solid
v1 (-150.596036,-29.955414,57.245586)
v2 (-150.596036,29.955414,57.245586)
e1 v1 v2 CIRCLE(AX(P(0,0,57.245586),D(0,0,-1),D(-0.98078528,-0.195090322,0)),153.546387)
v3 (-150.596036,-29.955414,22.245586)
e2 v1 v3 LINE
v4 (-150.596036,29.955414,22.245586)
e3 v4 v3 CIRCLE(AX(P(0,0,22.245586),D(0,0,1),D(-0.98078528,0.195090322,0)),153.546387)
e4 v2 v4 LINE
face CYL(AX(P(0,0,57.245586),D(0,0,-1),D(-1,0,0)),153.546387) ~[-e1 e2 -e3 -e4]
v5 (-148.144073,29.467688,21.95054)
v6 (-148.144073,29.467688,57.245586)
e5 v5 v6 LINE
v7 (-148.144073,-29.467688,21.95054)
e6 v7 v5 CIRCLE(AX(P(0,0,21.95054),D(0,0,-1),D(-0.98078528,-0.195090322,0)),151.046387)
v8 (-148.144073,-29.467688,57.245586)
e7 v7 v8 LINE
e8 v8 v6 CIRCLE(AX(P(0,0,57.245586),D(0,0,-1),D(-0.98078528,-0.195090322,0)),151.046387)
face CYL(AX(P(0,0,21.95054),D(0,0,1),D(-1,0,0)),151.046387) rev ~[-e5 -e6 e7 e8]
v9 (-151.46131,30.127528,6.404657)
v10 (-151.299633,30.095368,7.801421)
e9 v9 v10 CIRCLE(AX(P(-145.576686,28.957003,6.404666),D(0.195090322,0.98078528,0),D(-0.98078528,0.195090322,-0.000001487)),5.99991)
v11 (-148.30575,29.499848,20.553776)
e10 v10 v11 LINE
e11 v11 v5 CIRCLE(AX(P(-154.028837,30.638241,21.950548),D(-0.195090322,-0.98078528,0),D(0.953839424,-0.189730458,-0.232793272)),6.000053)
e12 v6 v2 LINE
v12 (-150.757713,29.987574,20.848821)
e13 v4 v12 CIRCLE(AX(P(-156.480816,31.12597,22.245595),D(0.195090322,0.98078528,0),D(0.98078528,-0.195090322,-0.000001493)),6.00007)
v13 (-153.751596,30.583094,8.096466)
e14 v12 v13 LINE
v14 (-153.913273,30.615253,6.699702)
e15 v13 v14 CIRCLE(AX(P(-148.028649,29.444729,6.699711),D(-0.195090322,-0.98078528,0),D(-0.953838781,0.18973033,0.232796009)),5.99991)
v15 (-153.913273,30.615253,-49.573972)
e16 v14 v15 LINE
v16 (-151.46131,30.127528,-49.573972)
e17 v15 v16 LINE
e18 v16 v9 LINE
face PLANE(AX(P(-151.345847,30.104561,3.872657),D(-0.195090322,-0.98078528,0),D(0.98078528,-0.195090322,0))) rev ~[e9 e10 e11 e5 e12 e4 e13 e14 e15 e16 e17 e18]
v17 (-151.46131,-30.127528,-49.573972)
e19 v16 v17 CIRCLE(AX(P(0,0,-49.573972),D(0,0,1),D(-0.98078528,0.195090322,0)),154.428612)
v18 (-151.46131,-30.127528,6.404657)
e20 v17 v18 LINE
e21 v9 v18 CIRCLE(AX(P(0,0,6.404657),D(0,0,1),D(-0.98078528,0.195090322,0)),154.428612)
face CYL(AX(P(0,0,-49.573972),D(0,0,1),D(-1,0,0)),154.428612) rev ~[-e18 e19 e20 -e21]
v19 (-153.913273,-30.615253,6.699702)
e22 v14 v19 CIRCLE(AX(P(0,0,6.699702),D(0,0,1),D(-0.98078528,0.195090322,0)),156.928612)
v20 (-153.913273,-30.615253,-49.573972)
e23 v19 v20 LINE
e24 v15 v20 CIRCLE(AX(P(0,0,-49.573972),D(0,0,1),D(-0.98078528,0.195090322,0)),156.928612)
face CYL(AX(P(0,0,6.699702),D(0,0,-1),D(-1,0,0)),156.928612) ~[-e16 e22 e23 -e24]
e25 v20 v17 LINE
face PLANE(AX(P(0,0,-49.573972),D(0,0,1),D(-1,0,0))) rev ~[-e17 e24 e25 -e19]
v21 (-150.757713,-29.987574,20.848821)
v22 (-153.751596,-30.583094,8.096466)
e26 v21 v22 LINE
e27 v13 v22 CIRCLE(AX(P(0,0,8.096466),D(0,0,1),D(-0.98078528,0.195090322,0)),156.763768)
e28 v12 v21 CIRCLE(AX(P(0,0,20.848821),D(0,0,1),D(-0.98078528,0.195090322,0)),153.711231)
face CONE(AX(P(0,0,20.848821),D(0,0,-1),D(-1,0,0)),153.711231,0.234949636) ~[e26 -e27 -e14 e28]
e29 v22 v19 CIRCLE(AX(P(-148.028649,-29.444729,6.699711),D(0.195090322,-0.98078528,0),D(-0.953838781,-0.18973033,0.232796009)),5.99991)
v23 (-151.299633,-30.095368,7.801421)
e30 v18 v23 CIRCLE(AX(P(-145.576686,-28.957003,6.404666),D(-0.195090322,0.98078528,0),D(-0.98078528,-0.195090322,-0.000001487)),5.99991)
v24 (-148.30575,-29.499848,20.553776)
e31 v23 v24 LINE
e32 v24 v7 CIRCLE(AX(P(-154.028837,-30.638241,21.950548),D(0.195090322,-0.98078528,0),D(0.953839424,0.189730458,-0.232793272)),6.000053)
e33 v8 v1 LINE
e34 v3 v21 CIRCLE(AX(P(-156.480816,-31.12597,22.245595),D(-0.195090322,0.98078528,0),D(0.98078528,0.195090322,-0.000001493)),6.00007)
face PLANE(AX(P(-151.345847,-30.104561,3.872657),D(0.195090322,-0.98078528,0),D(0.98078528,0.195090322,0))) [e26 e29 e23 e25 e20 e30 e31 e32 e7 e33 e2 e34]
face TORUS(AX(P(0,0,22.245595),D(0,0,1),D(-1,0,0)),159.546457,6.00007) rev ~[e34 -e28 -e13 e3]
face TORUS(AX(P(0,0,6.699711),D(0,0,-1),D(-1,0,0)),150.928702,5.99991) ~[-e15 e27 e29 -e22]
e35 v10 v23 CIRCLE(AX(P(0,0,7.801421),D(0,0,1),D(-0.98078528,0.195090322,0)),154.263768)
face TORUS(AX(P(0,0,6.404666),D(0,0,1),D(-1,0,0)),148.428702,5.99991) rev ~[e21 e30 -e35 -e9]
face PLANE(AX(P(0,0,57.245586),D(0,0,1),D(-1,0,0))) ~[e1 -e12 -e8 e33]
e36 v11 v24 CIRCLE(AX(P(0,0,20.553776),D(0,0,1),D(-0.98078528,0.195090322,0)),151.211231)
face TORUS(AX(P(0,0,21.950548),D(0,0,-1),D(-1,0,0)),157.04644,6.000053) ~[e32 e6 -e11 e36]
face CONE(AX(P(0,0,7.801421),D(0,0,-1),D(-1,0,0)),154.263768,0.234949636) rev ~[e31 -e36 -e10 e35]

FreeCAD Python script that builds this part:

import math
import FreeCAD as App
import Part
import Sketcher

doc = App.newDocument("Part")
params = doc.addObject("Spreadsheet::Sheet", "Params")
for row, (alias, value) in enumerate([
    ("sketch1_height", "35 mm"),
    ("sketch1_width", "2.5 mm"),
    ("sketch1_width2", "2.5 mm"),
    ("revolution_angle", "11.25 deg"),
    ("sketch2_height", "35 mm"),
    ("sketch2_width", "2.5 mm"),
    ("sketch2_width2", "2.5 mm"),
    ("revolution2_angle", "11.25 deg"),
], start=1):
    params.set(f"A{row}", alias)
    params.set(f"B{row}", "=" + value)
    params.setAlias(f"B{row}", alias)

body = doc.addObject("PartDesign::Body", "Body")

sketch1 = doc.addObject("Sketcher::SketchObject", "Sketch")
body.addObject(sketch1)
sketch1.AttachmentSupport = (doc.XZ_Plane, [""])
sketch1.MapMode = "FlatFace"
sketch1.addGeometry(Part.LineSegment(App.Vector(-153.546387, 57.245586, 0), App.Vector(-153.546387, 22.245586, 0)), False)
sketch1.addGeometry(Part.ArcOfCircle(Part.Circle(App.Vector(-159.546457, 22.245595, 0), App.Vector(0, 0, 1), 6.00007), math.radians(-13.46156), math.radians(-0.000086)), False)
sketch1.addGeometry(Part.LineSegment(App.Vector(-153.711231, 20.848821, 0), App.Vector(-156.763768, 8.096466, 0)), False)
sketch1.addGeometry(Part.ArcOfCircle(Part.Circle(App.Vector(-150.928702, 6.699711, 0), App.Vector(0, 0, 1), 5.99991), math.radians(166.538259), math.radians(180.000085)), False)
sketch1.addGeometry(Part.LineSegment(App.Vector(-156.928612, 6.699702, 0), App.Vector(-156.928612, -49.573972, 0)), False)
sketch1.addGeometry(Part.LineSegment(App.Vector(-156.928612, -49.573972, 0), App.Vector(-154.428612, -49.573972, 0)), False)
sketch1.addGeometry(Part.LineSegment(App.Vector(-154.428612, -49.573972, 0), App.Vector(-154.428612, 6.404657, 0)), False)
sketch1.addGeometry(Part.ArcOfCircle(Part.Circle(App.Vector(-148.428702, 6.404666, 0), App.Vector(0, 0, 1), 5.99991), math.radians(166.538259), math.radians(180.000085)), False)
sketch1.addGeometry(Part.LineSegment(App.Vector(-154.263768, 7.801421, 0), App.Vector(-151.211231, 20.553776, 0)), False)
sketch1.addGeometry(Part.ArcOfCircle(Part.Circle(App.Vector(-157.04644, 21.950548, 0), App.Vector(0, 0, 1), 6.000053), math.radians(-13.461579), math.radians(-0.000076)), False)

· · · ·

:: What you need to do ::
In the listing above, find each line containing "TORUS" and copy it.

:: Answer space ::
face TORUS(AX(P(0,0,22.245595),D(0,0,1),D(-1,0,0)),159.546457,6.00007) rev ~[e34 -e28 -e13 e3]
face TORUS(AX(P(0,0,6.699711),D(0,0,-1),D(-1,0,0)),150.928702,5.99991) ~[-e15 e27 e29 -e22]
face TORUS(AX(P(0,0,6.404666),D(0,0,1),D(-1,0,0)),148.428702,5.99991) rev ~[e21 e30 -e35 -e9]
face TORUS(AX(P(0,0,21.950548),D(0,0,-1),D(-1,0,0)),157.04644,6.000053) ~[e32 e6 -e11 e36]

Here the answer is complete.